I believe the first issue is caused by an incorrect regex, which would only trigger on the syntax end three_bit_adder; but not end entity three_bit_adder;. I think this can be fixed like this:

@@ -87,7 +94,7 @@ vhdl_tokens = {
     'entity': [
         (r'generic\s*\(', None, 'generic_list'),
         (r'port\s*\(', None, 'port_list'),
-        (r'end\s+\w+\s*;', 'end_entity', '#pop'),
+        (r'end\s+(entity\s+)?\w+\s*;', 'end_entity', '#pop'),
         (r'/\*', 'block_comment', 'block_comment'),
         (r'--.*\n', None),

This changes the output to:

VHDL entity: three_bit_adder
    a (<class 'str'>), VhdlParameterType('std_logic_vector','(2 downto 0)') (<class 'hdlparse.vhdl_parser.VhdlParameterType'>)
    b (<class 'str'>), VhdlParameterType('std_logic_vector','(2 downto 0)') (<class 'hdlparse.vhdl_parser.VhdlParameterType'>)
    cin (<class 'str'>), VhdlParameterType('std_logic','') (<class 'hdlparse.vhdl_parser.VhdlParameterType'>)
    s (<class 'str'>), VhdlParameterType('std_logic_vector','(2 downto 0)') (<class 'hdlparse.vhdl_parser.VhdlParameterType'>)
    cout (<class 'str'>), VhdlParameterType('std_logic','') (<class 'hdlparse.vhdl_parser.VhdlParameterType'>)

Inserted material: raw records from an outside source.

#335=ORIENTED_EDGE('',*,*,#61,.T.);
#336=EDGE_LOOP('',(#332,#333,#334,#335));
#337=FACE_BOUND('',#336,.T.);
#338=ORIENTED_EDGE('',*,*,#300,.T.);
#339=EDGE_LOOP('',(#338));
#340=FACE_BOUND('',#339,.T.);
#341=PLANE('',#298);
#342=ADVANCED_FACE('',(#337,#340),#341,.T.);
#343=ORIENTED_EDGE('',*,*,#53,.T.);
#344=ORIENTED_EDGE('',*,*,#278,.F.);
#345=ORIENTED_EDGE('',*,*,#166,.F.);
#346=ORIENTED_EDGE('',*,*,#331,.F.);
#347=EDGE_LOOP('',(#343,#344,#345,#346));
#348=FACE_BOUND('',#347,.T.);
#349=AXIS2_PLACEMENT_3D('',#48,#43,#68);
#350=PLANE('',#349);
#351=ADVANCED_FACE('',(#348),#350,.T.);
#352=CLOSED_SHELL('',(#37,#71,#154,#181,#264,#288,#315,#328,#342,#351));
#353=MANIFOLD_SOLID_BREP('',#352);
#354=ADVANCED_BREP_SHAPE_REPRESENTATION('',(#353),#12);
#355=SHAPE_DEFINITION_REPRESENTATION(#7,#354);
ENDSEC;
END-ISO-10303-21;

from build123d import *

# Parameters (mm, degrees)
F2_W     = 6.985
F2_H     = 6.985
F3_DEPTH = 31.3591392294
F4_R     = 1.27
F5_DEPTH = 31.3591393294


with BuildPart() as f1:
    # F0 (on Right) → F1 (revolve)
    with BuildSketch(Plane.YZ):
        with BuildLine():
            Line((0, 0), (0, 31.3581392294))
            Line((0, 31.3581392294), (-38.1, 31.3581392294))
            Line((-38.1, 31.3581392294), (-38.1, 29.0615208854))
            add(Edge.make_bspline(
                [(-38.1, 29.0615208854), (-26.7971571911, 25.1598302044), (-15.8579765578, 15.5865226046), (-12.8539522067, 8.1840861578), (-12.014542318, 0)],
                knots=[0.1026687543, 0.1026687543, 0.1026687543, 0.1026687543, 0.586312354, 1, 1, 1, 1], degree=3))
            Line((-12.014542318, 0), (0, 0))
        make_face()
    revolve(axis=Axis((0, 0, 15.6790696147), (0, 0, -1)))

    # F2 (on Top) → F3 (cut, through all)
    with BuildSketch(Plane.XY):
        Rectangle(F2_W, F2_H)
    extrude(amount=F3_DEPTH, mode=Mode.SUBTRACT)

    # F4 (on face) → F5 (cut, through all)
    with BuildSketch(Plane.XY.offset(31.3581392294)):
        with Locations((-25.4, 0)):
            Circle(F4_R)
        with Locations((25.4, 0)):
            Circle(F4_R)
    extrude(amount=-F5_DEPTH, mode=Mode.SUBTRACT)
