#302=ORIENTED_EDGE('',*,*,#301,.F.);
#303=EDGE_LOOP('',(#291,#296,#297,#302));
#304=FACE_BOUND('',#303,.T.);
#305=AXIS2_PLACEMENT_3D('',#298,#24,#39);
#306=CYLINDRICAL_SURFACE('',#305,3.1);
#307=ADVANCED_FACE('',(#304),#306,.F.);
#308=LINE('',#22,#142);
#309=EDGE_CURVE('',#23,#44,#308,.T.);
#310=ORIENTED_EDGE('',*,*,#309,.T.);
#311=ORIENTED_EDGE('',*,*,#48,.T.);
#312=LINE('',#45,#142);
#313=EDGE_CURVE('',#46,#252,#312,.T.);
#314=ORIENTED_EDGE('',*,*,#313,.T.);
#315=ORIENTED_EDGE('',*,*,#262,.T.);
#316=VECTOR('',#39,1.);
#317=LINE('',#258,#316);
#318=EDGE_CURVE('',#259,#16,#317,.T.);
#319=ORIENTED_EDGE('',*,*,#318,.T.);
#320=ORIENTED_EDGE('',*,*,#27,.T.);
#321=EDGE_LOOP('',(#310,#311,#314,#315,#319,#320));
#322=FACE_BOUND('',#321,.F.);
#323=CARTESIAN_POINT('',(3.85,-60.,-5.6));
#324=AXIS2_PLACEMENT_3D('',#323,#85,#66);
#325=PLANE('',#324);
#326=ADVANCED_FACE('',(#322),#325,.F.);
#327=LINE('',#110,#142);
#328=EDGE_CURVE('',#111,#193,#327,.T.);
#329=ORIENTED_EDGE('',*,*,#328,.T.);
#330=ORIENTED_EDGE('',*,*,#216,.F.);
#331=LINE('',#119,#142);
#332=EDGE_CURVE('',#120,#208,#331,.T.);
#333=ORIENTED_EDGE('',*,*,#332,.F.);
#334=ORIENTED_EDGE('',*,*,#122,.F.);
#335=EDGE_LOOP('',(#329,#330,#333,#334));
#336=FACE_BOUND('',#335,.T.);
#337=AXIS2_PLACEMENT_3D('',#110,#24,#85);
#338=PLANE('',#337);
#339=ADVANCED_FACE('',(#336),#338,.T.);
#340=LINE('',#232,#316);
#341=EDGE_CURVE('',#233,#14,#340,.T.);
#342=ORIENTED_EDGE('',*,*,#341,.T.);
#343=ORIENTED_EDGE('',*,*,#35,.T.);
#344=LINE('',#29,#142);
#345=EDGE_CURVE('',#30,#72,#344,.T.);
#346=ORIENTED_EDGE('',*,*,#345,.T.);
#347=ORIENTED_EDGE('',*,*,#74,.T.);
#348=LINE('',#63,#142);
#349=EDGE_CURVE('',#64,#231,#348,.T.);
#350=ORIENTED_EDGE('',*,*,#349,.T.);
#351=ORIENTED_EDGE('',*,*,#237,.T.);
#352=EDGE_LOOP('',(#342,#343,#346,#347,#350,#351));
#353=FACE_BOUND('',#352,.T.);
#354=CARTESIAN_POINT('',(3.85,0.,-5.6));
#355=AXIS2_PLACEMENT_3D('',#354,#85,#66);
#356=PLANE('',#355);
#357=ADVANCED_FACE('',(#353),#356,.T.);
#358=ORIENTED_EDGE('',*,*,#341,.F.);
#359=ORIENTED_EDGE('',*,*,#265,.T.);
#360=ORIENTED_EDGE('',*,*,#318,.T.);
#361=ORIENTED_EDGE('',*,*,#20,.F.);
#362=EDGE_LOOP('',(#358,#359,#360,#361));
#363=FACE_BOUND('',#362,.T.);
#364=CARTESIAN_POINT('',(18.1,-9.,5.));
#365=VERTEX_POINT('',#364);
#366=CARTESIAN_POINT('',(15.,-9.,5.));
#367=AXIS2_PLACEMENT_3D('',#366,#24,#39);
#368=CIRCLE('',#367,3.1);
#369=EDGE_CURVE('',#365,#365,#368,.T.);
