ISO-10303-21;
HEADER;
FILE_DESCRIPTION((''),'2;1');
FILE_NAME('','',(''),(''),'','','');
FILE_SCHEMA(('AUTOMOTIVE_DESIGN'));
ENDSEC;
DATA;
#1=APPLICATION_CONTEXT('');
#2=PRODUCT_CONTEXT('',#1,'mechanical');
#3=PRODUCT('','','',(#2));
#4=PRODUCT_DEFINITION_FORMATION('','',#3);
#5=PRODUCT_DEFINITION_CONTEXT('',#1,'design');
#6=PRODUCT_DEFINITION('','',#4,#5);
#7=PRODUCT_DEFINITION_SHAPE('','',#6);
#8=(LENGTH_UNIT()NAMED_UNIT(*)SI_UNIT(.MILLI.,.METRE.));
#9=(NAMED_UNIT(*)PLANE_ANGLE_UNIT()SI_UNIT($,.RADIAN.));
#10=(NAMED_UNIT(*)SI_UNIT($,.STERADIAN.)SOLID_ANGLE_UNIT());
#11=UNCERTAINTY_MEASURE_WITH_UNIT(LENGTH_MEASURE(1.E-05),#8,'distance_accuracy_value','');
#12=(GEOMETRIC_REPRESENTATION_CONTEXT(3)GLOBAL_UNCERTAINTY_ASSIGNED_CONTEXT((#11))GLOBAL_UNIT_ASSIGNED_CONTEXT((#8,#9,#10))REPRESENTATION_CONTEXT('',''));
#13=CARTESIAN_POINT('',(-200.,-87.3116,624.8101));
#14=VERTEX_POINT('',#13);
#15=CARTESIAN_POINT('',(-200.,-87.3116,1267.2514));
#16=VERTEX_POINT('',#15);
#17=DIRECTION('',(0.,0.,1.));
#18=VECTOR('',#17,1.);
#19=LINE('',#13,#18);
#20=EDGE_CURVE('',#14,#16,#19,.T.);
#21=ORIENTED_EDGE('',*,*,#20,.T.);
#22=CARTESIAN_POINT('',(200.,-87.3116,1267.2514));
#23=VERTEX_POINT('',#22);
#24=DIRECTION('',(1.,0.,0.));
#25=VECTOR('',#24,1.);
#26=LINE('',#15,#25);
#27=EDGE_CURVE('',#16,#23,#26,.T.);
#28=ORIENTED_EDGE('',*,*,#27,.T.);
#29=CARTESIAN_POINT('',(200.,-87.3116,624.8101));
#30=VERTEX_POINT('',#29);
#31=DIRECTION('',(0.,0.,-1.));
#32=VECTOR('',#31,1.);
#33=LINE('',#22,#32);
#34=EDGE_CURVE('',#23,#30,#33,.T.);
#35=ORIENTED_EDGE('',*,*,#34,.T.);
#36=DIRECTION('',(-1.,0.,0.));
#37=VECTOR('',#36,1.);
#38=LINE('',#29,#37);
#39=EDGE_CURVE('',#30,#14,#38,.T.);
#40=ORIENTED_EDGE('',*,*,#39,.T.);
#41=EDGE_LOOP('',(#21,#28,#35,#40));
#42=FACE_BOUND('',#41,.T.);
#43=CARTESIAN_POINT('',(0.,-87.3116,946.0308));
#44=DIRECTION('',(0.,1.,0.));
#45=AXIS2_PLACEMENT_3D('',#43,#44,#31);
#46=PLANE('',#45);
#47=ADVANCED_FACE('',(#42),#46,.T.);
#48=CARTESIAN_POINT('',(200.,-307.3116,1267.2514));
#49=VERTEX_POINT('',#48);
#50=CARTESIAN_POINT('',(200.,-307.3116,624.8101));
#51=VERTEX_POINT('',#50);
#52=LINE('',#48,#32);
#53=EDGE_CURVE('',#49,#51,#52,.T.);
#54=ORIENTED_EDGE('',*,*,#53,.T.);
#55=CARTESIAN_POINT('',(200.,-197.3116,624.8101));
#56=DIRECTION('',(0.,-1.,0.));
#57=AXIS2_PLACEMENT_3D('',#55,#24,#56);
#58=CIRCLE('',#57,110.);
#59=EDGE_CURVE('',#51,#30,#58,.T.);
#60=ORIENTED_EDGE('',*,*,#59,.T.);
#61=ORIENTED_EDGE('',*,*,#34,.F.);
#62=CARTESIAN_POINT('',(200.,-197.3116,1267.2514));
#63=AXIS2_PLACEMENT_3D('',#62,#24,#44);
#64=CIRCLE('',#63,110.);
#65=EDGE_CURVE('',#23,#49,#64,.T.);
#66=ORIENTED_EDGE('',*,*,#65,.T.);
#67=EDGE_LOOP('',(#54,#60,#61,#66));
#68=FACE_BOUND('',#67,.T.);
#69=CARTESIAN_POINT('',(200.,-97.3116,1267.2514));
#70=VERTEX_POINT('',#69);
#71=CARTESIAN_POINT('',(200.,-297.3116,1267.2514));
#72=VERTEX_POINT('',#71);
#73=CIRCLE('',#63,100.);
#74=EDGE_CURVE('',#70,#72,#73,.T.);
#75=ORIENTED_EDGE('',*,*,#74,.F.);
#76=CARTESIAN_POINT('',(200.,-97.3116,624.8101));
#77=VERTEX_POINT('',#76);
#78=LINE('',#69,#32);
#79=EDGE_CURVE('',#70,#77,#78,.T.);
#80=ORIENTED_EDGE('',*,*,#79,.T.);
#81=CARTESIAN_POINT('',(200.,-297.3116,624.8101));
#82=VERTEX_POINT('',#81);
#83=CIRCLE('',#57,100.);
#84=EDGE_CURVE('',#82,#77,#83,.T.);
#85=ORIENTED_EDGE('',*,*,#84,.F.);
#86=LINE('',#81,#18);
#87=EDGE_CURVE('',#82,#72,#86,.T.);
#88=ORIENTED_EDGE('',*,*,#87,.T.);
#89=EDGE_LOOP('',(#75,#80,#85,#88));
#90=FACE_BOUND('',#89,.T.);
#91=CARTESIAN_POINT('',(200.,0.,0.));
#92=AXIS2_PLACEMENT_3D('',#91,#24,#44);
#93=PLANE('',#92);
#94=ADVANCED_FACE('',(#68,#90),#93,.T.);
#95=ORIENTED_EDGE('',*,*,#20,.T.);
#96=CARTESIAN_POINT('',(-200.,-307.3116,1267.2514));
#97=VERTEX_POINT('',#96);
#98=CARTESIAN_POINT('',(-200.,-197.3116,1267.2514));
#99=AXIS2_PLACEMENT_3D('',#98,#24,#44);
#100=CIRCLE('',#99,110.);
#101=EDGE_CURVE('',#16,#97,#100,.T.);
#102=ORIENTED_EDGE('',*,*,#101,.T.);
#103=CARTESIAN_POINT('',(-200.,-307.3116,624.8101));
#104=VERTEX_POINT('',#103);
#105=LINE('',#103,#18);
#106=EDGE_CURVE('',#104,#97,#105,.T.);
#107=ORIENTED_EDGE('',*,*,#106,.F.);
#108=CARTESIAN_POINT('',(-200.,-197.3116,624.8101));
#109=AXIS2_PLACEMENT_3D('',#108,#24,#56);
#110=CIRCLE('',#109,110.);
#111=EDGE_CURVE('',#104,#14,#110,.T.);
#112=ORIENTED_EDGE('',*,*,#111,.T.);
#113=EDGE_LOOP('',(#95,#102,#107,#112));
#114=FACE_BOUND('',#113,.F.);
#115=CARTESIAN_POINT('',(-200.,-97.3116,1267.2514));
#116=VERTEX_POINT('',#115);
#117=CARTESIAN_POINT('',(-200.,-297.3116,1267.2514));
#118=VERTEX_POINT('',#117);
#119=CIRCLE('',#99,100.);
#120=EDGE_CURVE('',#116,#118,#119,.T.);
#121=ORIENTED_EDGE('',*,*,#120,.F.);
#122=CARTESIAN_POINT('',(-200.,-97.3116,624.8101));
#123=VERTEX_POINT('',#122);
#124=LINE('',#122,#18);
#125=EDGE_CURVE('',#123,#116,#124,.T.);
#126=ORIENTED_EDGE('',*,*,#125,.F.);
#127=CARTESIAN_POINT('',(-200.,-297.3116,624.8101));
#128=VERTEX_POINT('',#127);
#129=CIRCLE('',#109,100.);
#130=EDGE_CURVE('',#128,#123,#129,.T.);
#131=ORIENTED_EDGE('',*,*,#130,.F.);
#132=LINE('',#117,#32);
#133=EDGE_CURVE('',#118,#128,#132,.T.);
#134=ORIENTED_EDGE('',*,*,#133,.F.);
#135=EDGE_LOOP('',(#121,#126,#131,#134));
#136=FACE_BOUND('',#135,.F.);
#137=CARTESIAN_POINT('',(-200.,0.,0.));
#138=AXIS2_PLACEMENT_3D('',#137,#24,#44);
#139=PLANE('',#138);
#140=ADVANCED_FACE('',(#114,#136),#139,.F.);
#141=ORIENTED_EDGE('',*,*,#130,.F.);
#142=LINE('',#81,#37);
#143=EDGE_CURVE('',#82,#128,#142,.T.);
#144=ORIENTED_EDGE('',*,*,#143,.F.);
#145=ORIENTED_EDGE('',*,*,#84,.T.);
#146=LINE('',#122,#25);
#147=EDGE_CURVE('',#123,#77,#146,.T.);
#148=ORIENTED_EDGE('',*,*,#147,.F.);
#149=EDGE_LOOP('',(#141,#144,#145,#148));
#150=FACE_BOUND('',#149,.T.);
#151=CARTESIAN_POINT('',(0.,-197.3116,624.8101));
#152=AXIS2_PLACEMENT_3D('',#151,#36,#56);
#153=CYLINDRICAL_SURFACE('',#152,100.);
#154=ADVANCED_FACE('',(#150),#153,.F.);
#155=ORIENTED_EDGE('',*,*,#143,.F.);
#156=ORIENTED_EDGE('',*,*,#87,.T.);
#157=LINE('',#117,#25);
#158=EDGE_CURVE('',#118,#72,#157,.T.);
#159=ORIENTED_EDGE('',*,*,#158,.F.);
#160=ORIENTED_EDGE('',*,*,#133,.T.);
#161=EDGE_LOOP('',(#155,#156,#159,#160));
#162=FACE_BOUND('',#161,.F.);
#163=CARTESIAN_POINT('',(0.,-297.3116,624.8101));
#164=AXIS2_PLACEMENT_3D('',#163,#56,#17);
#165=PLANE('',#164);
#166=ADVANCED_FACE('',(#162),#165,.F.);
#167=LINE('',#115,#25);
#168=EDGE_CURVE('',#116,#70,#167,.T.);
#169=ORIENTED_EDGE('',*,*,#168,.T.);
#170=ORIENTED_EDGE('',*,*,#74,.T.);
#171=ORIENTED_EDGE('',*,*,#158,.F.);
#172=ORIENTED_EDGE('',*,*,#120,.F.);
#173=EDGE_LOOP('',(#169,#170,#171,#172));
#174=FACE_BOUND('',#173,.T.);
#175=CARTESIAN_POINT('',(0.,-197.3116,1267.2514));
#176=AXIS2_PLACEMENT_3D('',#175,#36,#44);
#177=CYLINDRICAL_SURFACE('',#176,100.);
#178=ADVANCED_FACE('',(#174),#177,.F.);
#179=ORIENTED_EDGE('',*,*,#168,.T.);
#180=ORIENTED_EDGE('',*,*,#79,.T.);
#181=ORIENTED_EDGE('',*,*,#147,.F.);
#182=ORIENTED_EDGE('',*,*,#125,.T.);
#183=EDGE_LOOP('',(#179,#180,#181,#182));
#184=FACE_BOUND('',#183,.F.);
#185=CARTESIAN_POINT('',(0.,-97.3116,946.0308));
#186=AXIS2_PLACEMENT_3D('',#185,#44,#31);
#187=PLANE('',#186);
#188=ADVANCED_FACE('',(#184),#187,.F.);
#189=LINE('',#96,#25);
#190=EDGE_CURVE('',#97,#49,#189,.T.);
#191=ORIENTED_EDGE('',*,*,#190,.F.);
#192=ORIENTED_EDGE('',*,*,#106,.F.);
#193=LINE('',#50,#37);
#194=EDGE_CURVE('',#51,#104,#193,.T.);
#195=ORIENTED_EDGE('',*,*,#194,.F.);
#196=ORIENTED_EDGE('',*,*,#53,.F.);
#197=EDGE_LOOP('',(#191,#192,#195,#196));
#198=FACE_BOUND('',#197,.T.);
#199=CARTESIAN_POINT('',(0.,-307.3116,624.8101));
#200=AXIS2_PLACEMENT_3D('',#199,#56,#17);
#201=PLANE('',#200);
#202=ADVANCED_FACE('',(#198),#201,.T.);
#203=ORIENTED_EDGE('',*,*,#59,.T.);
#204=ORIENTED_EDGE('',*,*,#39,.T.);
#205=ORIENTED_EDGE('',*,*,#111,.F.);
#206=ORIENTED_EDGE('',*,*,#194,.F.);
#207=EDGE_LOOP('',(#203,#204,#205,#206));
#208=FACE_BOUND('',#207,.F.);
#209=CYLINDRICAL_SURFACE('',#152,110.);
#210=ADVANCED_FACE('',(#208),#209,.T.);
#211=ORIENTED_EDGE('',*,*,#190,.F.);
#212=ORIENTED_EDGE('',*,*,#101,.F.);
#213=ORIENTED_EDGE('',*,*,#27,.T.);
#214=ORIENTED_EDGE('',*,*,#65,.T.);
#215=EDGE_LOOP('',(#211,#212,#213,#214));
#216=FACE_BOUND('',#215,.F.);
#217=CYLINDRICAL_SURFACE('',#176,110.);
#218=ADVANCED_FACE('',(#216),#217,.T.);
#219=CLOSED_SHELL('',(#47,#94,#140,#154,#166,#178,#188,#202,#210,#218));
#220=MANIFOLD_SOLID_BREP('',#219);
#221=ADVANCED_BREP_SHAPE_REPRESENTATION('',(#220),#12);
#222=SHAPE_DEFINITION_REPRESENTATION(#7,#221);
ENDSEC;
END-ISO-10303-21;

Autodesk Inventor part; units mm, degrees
ref_plane "YZ Plane" through (0, 0, 0) normal (1, 0, 0) x (0, 1, 0)
ref_plane "XZ Plane" through (0, 0, 0) normal (0, 1, 0) x (-1, 0, 0)
ref_plane "XY Plane" through (0, 0, 0) normal (0, 0, 1) x (1, 0, 0)
sketch "Skizze3" plane through (0, 0, 0) normal (1, 0, 0) x (0, 1, 0)
  line L0 (-97.3116, 946.0308) -> (-97.3116, 624.8101)
  arc A0 (-297.3116, 624.8101) -> (-97.3116, 624.8101) centre (-197.3116, 624.8101) ccw
  line L1 (-297.3116, 624.8101) -> (-297.3116, 1009.2763)
  line L2 (-97.3116, 946.0308) -> (-97.3116, 1267.2514)
  arc A1 (-97.3116, 1267.2514) -> (-297.3116, 1267.2514) centre (-197.3116, 1267.2514) ccw
  line L3 (-297.3116, 1267.2514) -> (-297.3116, 1009.2763)
  line L4 (-87.3116, 946.0308) -> (-87.3116, 624.8101)
  arc A2 (-307.3116, 624.8101) -> (-87.3116, 624.8101) centre (-197.3116, 624.8101) ccw
  line L5 (-307.3116, 624.8101) -> (-307.3116, 946.0308)
  line L6 (-87.3116, 946.0308) -> (-307.3116, 946.0308)
  line L7 (-307.3116, 1267.2514) -> (-307.3116, 946.0308)
  line L8 (-87.3116, 946.0308) -> (-87.3116, 1267.2514)
  arc A3 (-87.3116, 1267.2514) -> (-307.3116, 1267.2514) centre (-197.3116, 1267.2514) ccw
  point P0 (0, 0)
  dimension "d0" = 110
  dimension "d1" = 100
extrude "Extrusion1" add sketch "Skizze3" along normal mid plane 400 contours L6 L4 A2 L5 L1 A0 L0 | L2 A1 L3 L1 L6 L7 A3 L8
properties part number "Förderband"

Which is more correct, but still misses the component declaration. Adding the following token gives the expected output:

@@ -95,6 +102,7 @@ vhdl_tokens = {
         (r'end\s+\w+\s*;', 'end_arch', '#pop'),
         (r'/\*', 'block_comment', 'block_comment'),
         (r'type\s+(\w+)\s*is', 'type', 'type_decl'),
+        (r'component\s+(\w+)\s*is', 'component', 'component'),
         (r'--.*\n', None),
     'generic_list': [

One outstanding question I have is whether there should be some way of indicating that the VHDL component is declared inside the architecture?

vvvverre commented 2 years ago

I forgot to mention I have a branch in my fork with the potential solutions I mentioned above, in case anyone would like to test them: https://github.com/vvvverre/pyHDLParser/tree/fix_component_in_entity

vvvverre commented 2 years ago

I also just realised the code for handling architectures has the same bug:

@@ -92,7 +99,7 @@ vhdl_tokens = {
         (r'--.*\n', None),
     'architecture': [
-        (r'end\s+\w+\s*;', 'end_arch', '#pop'),
+        (r'end\s+(architecture\s+)?\w+\s*;', 'end_arch', '#pop'),
         (r'/\*', 'block_comment', 'block_comment'),
         (r'type\s+(\w+)\s*is', 'type', 'type_decl'),
         (r'component\s+(\w+)\s*is', 'component', 'component'),
umarcor commented 2 years ago

@vvvverre maybe you can create a PR from branch fix_component_in_entity, and add the code example above as a test file?